→ **ASSIGNED TASK**:
Take the data below and copy exactly the lines starting at the one with "f 305 151 150" and finishing at the one with "f 301 142 145", both included.

→ **SOURCE MATERIAL**:
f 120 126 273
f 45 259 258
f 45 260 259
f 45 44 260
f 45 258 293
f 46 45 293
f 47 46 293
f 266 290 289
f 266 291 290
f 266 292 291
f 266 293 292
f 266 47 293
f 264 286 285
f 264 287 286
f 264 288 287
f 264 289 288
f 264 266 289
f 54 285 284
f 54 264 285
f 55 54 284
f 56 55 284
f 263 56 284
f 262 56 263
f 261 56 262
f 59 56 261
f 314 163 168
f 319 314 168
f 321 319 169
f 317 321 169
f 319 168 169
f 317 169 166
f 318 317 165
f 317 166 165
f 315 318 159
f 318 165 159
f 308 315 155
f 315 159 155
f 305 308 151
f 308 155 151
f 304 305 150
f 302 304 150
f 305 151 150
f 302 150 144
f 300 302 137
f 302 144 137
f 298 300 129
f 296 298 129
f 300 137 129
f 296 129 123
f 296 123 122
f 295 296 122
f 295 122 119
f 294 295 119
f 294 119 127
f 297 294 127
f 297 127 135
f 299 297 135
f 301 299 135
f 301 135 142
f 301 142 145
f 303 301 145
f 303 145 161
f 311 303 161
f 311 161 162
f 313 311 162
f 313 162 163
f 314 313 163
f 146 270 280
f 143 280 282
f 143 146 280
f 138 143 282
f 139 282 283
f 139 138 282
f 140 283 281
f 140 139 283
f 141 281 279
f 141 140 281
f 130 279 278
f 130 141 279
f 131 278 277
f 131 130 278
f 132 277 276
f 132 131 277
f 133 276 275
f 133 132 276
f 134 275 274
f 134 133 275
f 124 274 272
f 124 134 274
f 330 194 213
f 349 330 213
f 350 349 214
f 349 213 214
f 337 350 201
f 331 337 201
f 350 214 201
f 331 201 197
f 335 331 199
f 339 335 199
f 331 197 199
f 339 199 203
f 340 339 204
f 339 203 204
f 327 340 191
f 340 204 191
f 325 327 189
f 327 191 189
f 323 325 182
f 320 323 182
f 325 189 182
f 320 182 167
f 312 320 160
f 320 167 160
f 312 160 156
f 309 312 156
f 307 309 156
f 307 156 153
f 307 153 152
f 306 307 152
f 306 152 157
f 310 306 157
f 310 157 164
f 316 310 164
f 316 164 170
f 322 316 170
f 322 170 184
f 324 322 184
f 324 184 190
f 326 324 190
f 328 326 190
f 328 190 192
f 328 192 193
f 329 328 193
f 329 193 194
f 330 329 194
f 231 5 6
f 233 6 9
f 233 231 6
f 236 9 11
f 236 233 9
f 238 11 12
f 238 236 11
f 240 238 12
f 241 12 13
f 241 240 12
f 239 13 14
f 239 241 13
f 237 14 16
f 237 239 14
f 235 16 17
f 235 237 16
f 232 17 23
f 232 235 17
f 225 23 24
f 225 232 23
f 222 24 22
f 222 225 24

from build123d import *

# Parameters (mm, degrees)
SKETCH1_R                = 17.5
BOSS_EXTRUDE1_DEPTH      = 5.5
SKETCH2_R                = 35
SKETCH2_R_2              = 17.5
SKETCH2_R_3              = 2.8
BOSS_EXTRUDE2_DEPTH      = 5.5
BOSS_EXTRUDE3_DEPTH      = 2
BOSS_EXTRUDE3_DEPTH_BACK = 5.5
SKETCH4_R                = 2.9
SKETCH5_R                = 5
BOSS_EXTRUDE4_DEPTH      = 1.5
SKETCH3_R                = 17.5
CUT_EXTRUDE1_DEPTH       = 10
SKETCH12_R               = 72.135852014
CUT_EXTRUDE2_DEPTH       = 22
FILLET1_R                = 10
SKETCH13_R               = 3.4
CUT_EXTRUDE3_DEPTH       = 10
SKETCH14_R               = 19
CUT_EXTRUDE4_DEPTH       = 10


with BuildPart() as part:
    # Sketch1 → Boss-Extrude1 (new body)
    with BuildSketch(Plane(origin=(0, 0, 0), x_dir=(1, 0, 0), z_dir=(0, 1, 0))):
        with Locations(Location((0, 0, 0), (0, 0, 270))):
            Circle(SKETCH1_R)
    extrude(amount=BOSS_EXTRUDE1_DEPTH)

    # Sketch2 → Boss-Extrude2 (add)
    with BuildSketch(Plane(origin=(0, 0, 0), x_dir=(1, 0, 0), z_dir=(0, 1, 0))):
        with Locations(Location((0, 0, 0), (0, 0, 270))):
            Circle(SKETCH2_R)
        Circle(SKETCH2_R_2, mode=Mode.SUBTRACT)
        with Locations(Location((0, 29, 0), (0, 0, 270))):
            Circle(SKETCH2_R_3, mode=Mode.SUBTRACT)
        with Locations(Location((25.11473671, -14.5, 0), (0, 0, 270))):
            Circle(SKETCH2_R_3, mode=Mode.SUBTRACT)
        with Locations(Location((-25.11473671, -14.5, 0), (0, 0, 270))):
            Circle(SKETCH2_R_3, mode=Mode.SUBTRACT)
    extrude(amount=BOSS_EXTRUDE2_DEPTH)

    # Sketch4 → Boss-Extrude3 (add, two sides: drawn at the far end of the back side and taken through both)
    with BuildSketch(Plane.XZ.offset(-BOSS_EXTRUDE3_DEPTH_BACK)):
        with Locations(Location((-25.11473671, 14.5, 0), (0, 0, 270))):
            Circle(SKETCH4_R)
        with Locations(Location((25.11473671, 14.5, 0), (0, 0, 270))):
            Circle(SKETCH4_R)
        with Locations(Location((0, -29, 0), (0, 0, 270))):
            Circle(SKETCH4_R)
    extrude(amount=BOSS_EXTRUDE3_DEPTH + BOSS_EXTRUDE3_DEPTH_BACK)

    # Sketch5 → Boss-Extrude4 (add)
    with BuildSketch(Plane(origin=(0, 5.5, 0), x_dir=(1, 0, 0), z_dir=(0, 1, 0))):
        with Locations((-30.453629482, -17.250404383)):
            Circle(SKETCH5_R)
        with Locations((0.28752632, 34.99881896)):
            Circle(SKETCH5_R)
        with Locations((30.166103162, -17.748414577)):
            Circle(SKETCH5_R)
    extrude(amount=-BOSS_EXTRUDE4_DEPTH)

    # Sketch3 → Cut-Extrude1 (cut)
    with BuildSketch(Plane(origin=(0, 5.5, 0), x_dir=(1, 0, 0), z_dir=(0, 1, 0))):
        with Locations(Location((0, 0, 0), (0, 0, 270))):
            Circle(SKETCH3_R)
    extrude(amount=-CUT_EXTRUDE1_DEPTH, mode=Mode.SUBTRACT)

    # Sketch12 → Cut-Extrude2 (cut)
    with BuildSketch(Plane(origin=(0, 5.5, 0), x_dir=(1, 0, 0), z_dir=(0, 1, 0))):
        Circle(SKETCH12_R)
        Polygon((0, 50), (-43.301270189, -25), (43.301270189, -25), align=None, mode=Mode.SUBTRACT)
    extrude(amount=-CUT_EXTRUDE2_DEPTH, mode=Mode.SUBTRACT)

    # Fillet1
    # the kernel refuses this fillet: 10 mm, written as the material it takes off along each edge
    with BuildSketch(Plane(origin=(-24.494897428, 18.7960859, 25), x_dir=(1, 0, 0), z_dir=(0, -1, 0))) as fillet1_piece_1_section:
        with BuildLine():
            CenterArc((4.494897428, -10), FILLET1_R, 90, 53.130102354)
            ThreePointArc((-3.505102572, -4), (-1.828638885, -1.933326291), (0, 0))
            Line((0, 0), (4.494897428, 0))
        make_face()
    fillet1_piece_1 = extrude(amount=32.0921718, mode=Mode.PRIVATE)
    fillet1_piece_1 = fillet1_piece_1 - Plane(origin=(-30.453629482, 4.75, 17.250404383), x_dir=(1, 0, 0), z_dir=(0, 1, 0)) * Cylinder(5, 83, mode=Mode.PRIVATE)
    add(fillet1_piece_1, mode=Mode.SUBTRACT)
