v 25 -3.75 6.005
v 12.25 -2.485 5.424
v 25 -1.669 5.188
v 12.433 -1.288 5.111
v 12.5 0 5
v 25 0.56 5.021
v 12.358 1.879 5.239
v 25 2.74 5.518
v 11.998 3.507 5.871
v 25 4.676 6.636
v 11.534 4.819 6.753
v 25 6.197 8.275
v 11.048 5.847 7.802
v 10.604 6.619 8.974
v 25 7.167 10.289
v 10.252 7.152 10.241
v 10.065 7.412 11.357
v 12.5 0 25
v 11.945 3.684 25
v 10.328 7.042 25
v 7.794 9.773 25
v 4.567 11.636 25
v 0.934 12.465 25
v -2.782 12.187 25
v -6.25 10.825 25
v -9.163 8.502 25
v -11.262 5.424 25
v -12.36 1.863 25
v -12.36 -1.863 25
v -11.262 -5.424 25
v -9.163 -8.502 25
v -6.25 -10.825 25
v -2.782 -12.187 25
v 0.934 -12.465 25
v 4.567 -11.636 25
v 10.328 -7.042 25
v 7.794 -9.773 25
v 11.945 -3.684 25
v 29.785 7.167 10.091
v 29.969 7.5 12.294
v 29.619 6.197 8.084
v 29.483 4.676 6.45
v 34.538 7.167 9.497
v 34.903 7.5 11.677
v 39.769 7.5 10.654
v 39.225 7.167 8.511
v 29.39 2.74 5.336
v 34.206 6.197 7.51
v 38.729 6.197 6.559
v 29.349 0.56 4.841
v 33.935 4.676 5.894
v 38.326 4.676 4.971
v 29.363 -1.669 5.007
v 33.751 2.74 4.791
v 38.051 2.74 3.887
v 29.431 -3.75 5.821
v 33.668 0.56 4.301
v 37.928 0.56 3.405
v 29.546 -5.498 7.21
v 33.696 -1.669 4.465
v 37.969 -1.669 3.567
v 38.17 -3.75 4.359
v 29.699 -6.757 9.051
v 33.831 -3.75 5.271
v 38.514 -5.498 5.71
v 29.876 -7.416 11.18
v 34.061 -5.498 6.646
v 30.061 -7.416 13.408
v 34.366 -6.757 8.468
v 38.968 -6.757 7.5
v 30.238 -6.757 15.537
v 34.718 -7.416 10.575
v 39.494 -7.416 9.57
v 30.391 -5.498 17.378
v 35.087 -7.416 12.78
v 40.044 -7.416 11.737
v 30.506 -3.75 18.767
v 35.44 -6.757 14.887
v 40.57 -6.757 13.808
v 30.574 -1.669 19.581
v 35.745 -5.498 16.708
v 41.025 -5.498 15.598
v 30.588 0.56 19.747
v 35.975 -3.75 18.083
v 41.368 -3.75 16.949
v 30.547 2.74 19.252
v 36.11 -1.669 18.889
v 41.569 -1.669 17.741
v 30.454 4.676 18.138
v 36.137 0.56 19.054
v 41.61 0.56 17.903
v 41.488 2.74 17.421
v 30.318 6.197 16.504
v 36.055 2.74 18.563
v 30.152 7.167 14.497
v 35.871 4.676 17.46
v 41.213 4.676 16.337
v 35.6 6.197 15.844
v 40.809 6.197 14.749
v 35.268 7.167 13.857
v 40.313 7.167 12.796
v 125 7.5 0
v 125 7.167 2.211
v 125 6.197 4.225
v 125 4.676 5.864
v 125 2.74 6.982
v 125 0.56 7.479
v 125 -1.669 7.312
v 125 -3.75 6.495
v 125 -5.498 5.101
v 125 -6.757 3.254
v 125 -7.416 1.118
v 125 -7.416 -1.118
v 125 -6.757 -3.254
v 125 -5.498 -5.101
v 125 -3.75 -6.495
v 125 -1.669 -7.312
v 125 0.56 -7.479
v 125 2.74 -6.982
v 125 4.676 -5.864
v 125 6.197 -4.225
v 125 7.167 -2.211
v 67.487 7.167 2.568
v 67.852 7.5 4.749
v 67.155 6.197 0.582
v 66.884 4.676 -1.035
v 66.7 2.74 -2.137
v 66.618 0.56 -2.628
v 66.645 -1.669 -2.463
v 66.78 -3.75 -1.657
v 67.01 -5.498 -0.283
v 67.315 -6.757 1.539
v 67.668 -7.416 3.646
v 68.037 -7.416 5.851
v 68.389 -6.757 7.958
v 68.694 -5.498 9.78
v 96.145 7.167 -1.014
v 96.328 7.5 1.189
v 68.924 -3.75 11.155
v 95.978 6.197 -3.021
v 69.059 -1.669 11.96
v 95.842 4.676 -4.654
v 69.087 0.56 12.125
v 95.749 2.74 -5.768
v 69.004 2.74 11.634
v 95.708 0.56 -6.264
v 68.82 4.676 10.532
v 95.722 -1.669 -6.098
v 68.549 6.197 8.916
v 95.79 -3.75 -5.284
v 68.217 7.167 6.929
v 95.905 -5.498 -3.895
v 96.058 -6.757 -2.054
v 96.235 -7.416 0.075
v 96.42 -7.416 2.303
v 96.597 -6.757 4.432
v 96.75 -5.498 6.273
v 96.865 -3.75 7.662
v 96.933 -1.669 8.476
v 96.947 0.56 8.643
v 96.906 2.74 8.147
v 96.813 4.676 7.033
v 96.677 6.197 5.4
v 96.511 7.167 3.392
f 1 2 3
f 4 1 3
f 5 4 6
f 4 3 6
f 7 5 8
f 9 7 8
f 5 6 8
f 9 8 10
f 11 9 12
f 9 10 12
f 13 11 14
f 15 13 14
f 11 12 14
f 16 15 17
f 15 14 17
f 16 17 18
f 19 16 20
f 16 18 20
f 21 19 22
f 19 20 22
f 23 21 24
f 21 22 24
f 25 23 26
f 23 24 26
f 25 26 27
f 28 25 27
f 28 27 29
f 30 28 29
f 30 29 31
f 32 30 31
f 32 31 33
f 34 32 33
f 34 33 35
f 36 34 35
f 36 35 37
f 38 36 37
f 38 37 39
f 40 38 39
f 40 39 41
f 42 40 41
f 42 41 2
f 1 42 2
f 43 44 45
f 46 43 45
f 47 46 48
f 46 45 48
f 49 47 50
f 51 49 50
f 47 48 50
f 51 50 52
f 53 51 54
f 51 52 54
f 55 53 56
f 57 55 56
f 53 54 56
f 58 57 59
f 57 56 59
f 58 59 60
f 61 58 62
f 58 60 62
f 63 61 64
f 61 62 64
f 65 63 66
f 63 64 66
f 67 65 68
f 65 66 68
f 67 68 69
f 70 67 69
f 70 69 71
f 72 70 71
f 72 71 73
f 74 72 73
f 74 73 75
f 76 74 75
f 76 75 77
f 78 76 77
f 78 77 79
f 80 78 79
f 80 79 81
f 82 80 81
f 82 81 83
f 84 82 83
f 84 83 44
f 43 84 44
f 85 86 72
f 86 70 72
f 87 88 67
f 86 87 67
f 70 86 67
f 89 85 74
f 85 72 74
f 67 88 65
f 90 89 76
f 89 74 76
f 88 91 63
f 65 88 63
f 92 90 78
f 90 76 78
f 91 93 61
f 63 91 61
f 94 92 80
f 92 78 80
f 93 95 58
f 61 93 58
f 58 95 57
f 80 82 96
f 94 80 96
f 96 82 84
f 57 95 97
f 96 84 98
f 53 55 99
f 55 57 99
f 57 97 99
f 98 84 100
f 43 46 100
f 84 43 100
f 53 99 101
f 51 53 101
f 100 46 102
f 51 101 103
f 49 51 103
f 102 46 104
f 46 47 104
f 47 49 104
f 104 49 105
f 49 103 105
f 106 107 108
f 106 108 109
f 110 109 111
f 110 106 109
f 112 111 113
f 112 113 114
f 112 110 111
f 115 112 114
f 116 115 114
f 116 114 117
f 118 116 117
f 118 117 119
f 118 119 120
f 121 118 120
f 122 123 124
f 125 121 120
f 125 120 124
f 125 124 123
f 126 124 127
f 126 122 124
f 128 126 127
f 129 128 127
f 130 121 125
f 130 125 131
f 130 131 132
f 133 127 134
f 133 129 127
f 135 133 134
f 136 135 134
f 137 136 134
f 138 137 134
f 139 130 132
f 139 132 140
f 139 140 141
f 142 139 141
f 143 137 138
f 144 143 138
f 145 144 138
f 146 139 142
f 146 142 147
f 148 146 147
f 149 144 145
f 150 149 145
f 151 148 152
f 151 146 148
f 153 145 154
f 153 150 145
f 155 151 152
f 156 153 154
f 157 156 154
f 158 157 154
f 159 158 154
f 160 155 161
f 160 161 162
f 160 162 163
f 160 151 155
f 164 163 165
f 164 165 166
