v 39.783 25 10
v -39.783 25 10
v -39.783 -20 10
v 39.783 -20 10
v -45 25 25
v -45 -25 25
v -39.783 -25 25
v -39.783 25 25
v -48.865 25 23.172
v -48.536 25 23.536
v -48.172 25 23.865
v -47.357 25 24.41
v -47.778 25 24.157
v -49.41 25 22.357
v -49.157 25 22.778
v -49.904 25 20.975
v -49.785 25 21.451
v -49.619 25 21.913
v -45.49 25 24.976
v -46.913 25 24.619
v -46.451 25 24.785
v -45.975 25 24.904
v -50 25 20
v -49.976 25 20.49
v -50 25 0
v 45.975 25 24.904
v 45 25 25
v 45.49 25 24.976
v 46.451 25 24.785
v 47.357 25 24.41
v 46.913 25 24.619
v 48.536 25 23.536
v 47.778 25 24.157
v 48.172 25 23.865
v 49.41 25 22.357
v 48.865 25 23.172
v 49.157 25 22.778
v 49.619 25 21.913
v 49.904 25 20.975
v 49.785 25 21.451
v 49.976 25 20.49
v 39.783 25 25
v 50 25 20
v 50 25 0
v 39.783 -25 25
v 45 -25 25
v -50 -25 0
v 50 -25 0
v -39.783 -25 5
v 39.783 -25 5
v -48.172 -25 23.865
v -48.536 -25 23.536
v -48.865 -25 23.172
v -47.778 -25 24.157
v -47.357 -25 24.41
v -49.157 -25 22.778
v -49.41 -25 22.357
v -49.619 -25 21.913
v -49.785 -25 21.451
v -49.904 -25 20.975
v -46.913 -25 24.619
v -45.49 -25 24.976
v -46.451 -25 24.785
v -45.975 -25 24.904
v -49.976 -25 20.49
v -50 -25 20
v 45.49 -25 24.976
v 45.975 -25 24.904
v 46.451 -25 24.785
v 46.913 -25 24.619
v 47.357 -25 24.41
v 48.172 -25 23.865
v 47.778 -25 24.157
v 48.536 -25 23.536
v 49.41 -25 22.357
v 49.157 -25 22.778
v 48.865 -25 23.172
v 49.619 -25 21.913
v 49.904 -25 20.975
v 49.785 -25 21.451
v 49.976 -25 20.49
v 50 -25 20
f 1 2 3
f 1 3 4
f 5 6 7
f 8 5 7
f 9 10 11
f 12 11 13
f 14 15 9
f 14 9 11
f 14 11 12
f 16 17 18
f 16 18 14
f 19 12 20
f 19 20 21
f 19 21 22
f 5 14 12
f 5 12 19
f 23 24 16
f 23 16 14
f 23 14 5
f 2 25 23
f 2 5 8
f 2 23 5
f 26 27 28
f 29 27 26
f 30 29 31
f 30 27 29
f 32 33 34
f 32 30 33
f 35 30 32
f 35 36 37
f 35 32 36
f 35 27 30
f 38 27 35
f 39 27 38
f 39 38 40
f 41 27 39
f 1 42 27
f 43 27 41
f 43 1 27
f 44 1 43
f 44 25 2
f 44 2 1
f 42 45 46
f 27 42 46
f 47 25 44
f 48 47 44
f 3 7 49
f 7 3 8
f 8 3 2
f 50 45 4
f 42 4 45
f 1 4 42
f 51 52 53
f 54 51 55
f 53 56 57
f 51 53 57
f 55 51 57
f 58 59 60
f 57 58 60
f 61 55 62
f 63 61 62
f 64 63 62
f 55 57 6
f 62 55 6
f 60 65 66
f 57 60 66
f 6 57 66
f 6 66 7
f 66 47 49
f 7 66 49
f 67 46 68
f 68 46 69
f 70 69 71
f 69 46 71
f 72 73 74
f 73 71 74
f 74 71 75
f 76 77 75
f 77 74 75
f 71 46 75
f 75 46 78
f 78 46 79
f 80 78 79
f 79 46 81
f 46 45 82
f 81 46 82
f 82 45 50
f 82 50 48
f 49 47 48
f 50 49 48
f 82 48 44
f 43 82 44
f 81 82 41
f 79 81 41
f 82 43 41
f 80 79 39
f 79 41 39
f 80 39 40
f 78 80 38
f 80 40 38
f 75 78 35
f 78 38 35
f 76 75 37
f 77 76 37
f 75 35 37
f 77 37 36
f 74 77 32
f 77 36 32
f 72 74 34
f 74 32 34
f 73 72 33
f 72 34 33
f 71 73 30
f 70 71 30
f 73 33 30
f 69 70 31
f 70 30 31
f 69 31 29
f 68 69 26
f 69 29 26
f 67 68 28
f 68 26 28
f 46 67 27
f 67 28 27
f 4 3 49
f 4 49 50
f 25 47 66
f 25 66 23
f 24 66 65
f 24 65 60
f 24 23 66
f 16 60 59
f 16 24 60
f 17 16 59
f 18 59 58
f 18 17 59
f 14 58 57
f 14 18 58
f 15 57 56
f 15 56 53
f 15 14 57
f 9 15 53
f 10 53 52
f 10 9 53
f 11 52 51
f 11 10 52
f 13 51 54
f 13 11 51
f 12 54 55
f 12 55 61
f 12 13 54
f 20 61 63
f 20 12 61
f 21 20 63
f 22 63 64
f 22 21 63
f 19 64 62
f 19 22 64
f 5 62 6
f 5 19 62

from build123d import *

# Parameters (mm, degrees)
F0_W     = 10.2165445685
F0_H     = 50
F1_DEPTH = 25
F0_W_2   = 79.5669108629
F2_DEPTH = 10
F3_DEPTH = 25
F4_R     = 5
F5_R     = 5
F6_SIZE  = 5


with BuildPart() as f1:
    # F0 (on Top) → F1 (new body)
    with BuildSketch(Plane.XY):
        with Locations((-44.8917277157, 0)):
            Rectangle(F0_W, F0_H)
    extrude(amount=F1_DEPTH)

    # F0 (on Top) → F2 (join)
    with BuildSketch(Plane.XY):
        Rectangle(F0_W_2, F0_H)
    extrude(amount=F2_DEPTH)

    # F0 (on Top) → F3 (join)
    with BuildSketch(Plane.XY):
        with Locations((44.8917277157, 0)):
            Rectangle(F0_W, F0_H)
    extrude(amount=F3_DEPTH)

    # F4
    f4_edges = [f1.edges().sort_by_distance(p)[0] for p in [
        (50, 0, 25),
    ]]
    fillet(f4_edges, radius=F4_R)

    # F5
    f5_edges = [f1.edges().sort_by_distance(p)[0] for p in [
        (-50, 0, 25),
    ]]
    fillet(f5_edges, radius=F5_R)

    # F6
    f6_edges = [f1.edges().sort_by_distance(p)[0] for p in [
        (0, -25, 10),
    ]]
    chamfer(f6_edges, length=F6_SIZE)


solid = f1.part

→ **TASK SOLUTION**:
f 305 151 150
f 302 150 144
f 300 302 137
f 302 144 137
f 298 300 129
f 296 298 129
f 300 137 129
f 296 129 123
f 296 123 122
f 295 296 122
f 295 122 119
f 294 295 119
f 294 119 127
f 297 294 127
f 297 127 135
f 299 297 135
f 301 299 135
f 301 135 142
f 301 142 145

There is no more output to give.